Keerthi Koneru, Venkata Sai Venkatesh Pulla, Cihan Varol

Abstract

Researchers confront major problems while searching for various kinds of data in the large imprecise database, as they are not spelled correctly or in the way they were expected to be spelled. As a result, they cannot find the word they sought. Over the years of struggle, pronunciation of words was considered to be one of the practices to solve the problem effectively. The technique used to acquire words based on sounds is known as “Phonetic Matching”. Soundex is the first algorithm proposed and other algorithms like Metaphone, Caverphone, DMetaphone, Phonex etc., are also used for information retrieval in different environments. This paper deals with the analysis and evaluation of different phonetic matching algorithms on several datasets comprising of street names of North Carolina and English dictionary words.
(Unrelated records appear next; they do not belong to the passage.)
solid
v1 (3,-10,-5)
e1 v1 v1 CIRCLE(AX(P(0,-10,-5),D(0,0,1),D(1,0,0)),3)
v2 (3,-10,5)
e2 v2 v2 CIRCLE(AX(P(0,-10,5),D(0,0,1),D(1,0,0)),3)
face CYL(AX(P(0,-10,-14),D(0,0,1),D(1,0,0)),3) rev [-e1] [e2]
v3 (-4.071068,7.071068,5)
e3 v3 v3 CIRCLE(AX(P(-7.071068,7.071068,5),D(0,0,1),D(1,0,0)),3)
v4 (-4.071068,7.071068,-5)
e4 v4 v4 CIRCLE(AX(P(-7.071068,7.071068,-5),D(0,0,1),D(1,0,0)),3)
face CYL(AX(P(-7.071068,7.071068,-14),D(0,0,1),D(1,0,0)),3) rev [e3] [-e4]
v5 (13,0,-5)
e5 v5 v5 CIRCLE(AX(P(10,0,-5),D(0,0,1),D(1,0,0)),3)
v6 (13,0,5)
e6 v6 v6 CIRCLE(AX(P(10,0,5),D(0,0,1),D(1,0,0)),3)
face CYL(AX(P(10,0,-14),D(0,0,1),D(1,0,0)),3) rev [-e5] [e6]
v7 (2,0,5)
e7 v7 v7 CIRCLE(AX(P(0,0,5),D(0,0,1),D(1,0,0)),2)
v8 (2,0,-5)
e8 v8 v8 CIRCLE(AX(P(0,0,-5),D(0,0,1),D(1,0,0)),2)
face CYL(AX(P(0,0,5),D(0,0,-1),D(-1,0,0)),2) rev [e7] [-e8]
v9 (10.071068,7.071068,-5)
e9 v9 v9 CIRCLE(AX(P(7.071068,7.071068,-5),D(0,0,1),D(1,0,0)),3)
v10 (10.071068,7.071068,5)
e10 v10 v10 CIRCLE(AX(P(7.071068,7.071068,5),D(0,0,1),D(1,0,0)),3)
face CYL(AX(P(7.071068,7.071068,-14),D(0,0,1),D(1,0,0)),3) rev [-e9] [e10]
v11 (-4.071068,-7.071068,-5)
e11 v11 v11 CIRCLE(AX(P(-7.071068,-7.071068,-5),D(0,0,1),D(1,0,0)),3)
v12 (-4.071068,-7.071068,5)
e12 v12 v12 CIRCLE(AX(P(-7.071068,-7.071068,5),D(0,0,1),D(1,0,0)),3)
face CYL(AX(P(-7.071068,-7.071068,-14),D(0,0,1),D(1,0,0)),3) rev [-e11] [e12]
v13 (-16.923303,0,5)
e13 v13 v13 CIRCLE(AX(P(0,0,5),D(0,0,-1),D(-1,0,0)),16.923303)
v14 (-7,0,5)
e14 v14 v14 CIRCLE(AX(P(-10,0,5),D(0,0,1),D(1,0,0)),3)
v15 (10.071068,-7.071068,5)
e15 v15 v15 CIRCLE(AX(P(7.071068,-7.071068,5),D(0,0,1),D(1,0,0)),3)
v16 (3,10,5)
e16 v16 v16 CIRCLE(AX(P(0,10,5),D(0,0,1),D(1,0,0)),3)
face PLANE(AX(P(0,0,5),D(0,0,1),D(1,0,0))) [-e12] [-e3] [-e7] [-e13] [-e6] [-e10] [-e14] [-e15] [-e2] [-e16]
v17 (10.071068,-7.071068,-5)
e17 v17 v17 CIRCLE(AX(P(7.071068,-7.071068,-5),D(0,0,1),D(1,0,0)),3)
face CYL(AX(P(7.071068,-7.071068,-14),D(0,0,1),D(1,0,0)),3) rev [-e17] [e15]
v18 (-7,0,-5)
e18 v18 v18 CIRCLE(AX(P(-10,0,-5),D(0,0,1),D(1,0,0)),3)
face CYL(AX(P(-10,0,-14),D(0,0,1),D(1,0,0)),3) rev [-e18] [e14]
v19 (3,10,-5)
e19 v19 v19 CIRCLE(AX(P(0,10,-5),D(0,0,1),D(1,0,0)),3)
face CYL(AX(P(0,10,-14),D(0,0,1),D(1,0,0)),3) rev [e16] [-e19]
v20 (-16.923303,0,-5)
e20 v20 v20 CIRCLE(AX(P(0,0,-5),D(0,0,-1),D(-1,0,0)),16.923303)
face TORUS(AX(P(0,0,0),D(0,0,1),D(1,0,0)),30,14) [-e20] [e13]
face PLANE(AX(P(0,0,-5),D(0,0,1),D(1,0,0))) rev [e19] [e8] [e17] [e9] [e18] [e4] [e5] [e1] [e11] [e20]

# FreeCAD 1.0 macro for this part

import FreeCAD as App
import Part
import Sketcher
from FreeCAD import Vector
Q = App.Units.Quantity

doc = App.newDocument("Part")
params = doc.addObject("Spreadsheet::Sheet", "Params")
for row, (alias, value) in enumerate([
    ("sketch1_diameter", "28 mm"),
    ("revolution_angle", "360 deg"),
    ("sketch2_diameter", "36 mm"),
    ("sketch2_diameter2", "4 mm"),
    ("pad1_length", "10 mm"),
    ("sketch3_diameter", "6 mm"),
], start=1):
    params.set(f"A{row}", alias)
    params.set(f"B{row}", "=" + value)
    params.setAlias(f"B{row}", alias)

body = doc.addObject("PartDesign::Body", "Body")

# Sketch on YZ plane
sketch1 = body.newObject("Sketcher::SketchObject", "Sketch")
sketch1.AttachmentSupport = (doc.getObject("YZ_Plane"), [""])
sketch1.MapMode = "FlatFace"
sketch1.addGeometry(Part.Circle(Vector(30, 0, 0), Vector(0, 0, 1), 14), False)
sketch1.addConstraint([
    Sketcher.Constraint("PointOnObject", 0, 3, -1),
    Sketcher.Constraint("Diameter", 0, Q("28 mm")),
    Sketcher.Constraint("DistanceX", -1, 1, 0, 3, Q("30 mm")),
])
sketch1.setExpression("Constraints[1]", "Params.sketch1_diameter")
revolution = body.newObject("PartDesign::Revolution", "Revolution")
revolution.Profile = sketch1
revolution.ReferenceAxis = (sketch1, ["V_Axis"])
revolution.setExpression("Angle", "Params.revolution_angle")

# Sketch on XY plane
sketch2 = body.newObject("Sketcher::SketchObject", "Sketch001")
sketch2.AttachmentSupport = (doc.getObject("XY_Plane"), [""])
sketch2.MapMode = "FlatFace"
sketch2.addGeometry([
    Part.Circle(Vector(0, 0, 0), Vector(0, 0, 1), 18),
    Part.Circle(Vector(0, 0, 0), Vector(0, 0, 1), 2),
], False)
sketch2.addConstraint([
    Sketcher.Constraint("Coincident", 0, 3, -1, 1),
    Sketcher.Constraint("Coincident", 1, 3, -1, 1),
    Sketcher.Constraint("Diameter", 0, Q("36 mm")),
    Sketcher.Constraint("Diameter", 1, Q("4 mm")),
])
sketch2.setExpression("Constraints[2]", "Params.sketch2_diameter")
sketch2.setExpression("Constraints[3]", "Params.sketch2_diameter2")
pad1 = body.newObject("PartDesign::Pad", "Pad")
pad1.Profile = sketch2
pad1.setExpression("Length", "Params.pad1_length")
pad1.Midplane = True

# Sketch on XY plane
sketch3 = body.newObject("Sketcher::SketchObject", "Sketch002")
sketch3.AttachmentSupport = (doc.getObject("XY_Plane"), [""])
sketch3.MapMode = "FlatFace"
sketch3.AttachmentOffset = App.Placement(Vector(0, 0, 5), App.Rotation())
sketch3.addGeometry([
    Part.Circle(Vector(0, 10, 0), Vector(0, 0, 1), 3),  # 0
    Part.Circle(Vector(7.1, 7.1, 0), Vector(0, 0, 1), 3),  # 1
    Part.Circle(Vector(10, 0, 0), Vector(0, 0, 1), 3),  # 2
    Part.Circle(Vector(7.1, -7.1, 0), Vector(0, 0, 1), 3),  # 3
    Part.Circle(Vector(0, -10, 0), Vector(0, 0, 1), 3),  # 4
    Part.Circle(Vector(-7.1, -7.1, 0), Vector(0, 0, 1), 3),  # 5
    Part.Circle(Vector(-10, 0, 0), Vector(0, 0, 1), 3),  # 6
    Part.Circle(Vector(-7.1, 7.1, 0), Vector(0, 0, 1), 3),  # 7
], False)
sketch3.addConstraint([
    Sketcher.Constraint("Equal", 0, 1),
    Sketcher.Constraint("Equal", 1, 2),
    Sketcher.Constraint("Equal", 2, 3),
    Sketcher.Constraint("Equal", 3, 4),
    Sketcher.Constraint("Equal", 4, 5),
    Sketcher.Constraint("Equal", 5, 6),
    Sketcher.Constraint("Equal", 6, 7),
    Sketcher.Constraint("Symmetric", 0, 3, 4, 3, -1, 1),
    Sketcher.Constraint("Symmetric", 1, 3, 5, 3, -1, 1),
    Sketcher.Constraint("Symmetric", 2, 3, 6, 3, -1, 1),
    Sketcher.Constraint("Symmetric", 3, 3, 7, 3, -1, 1),
    Sketcher.Constraint("Symmetric", 3, 3, 5, 3, -2),
    Sketcher.Constraint("PointOnObject", 0, 3, -2),
    Sketcher.Constraint("PointOnObject", 2, 3, -1),
    Sketcher.Constraint("Diameter", 0, Q("6 mm")),
    Sketcher.Constraint("DistanceY", -1, 1, 0, 3, Q("10 mm")),
    Sketcher.Constraint("DistanceX", -1, 1, 2, 3, Q("10 mm")),
    Sketcher.Constraint("DistanceX", -1, 1, 1, 3, Q("7.071068 mm")),
    Sketcher.Constraint("DistanceY", -1, 1, 1, 3, Q("7.071068 mm")),
])
sketch3.setExpression("Constraints[14]", "Params.sketch3_diameter")
pocket1 = body.newObject("PartDesign::Pocket", "Pocket")
pocket1.Profile = sketch3
pocket1.Type = "ThroughAll"

doc.recompute()
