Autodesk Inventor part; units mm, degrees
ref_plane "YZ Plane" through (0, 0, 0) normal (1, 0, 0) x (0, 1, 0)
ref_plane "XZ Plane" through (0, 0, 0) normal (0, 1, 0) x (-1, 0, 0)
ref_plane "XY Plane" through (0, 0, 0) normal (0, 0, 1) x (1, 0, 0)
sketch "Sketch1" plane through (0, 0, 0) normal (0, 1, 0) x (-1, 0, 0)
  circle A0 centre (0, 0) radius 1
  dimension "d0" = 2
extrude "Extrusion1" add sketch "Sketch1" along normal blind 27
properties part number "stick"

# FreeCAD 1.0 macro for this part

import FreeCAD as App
import Part
import Sketcher
Q = App.Units.Quantity

doc = App.newDocument("Part")
body = doc.addObject("PartDesign::Body", "Body")

# Sketch on XZ plane
sketch1 = body.newObject("Sketcher::SketchObject", "Sketch")
sketch1.AttachmentSupport = (doc.getObject("XZ_Plane"), [""])
sketch1.MapMode = "FlatFace"
sketch1.addGeometry(Part.Circle(App.Vector(0, 0, 0), App.Vector(0, 0, 1), 1), False)
sketch1.addConstraint(Sketcher.Constraint("Coincident", 0, 3, -1, 1))
sketch1.addConstraint(Sketcher.Constraint("Diameter", 0, Q("2 mm")))
pad1 = body.newObject("PartDesign::Pad", "Pad")
pad1.Profile = sketch1
pad1.Length = 27
pad1.Reversed = True

doc.recompute()
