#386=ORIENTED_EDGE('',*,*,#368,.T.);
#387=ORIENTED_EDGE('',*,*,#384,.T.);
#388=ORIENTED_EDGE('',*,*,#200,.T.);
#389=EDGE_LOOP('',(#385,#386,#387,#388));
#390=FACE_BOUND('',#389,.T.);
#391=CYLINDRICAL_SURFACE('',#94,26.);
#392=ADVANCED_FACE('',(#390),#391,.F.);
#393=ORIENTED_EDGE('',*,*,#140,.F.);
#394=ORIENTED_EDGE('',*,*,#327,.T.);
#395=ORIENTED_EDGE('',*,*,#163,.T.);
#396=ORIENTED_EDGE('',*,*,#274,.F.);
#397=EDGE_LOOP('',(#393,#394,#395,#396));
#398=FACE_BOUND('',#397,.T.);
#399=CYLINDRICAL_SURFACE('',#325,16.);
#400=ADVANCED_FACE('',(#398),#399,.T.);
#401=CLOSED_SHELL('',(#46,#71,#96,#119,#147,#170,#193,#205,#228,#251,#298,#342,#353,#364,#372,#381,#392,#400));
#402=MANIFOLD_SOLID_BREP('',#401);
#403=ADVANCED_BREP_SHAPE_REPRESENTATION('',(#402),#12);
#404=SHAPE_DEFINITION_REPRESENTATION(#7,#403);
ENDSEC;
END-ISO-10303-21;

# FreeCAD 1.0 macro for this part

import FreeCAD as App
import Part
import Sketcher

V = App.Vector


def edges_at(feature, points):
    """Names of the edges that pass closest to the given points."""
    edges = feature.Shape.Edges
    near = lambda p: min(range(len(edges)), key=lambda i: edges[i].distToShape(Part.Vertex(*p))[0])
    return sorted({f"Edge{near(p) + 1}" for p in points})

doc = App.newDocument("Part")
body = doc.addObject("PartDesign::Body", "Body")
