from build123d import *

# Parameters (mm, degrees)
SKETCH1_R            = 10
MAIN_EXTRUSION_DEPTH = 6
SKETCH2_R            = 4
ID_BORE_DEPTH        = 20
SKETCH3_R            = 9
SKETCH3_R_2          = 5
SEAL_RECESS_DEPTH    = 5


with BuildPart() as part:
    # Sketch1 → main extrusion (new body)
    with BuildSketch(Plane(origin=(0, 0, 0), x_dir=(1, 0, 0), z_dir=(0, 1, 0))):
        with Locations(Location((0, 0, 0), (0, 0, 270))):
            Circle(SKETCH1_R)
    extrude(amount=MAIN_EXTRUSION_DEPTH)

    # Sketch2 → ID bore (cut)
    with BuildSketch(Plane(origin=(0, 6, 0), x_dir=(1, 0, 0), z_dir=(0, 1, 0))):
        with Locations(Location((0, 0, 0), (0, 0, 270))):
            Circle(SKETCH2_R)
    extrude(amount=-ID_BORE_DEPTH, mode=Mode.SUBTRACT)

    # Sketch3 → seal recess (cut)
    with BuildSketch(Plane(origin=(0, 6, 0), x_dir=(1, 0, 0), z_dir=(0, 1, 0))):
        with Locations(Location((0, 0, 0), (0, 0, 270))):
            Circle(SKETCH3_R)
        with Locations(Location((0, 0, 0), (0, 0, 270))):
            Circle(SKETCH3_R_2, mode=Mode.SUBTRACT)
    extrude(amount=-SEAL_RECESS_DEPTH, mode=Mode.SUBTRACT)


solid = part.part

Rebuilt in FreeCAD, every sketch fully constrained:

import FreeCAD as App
import Part
import Sketcher

V = App.Vector
Q = App.Units.Quantity

doc = App.newDocument("Part")
body = doc.addObject("PartDesign::Body", "Body")

# Sketch on XZ plane
sketch1 = body.newObject("Sketcher::SketchObject", "Sketch")
sketch1.AttachmentSupport = (doc.getObject("XZ_Plane"), [""])
sketch1.MapMode = "FlatFace"
sketch1.addGeometry(Part.Circle(V(0, 0, 0), V(0, 0, 1), 10), False)
sketch1.addConstraint(Sketcher.Constraint("Coincident", 0, 3, -1, 1))
sketch1.addConstraint(Sketcher.Constraint("Diameter", 0, Q("20 mm")))
pad1 = body.newObject("PartDesign::Pad", "Pad")
pad1.Profile = sketch1
pad1.Length = 6
pad1.Reversed = True

# Sketch on XZ plane
sketch2 = body.newObject("Sketcher::SketchObject", "Sketch001")
sketch2.AttachmentSupport = (doc.getObject("XZ_Plane"), [""])
sketch2.MapMode = "FlatFace"
sketch2.AttachmentOffset = App.Placement(V(0, 0, -6), App.Rotation())
sketch2.addGeometry(Part.Circle(V(0, 0, 0), V(0, 0, 1), 4), False)
sketch2.addConstraint(Sketcher.Constraint("Coincident", 0, 3, -1, 1))
sketch2.addConstraint(Sketcher.Constraint("Diameter", 0, Q("8 mm")))
pocket1 = body.newObject("PartDesign::Pocket", "Pocket")
pocket1.Profile = sketch2
pocket1.Length = 20
pocket1.Reversed = True

# Sketch on XZ plane
sketch3 = body.newObject("Sketcher::SketchObject", "Sketch002")
sketch3.AttachmentSupport = (doc.getObject("XZ_Plane"), [""])
sketch3.MapMode = "FlatFace"
sketch3.AttachmentOffset = App.Placement(V(0, 0, -6), App.Rotation())
sketch3.addGeometry(Part.Circle(V(0, 0, 0), V(0, 0, 1), 9), False)
sketch3.addGeometry(Part.Circle(V(0, 0, 0), V(0, 0, 1), 5), False)
sketch3.addConstraint(Sketcher.Constraint("Coincident", 0, 3, -1, 1))
sketch3.addConstraint(Sketcher.Constraint("Coincident", 1, 3, -1, 1))
sketch3.addConstraint(Sketcher.Constraint("Diameter", 0, Q("18 mm")))
sketch3.addConstraint(Sketcher.Constraint("Diameter", 1, Q("10 mm")))
pocket2 = body.newObject("PartDesign::Pocket", "Pocket001")
pocket2.Profile = sketch3
pocket2.Length = 5
pocket2.Reversed = True

doc.recompute()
The analysis clearly states that there is no clear best technique for generic word lists as Metaphone has best performance for English dictionary words, while NYSIIS has better performance for datasets having street names. Though Soundex has high accuracy in correcting the exact words compared to other algorithms, it has lower precision due to more noise in the considered arena. The experimental results paved way for introducing some suggestions that would aid to make databases more concrete and achieve higher data quality.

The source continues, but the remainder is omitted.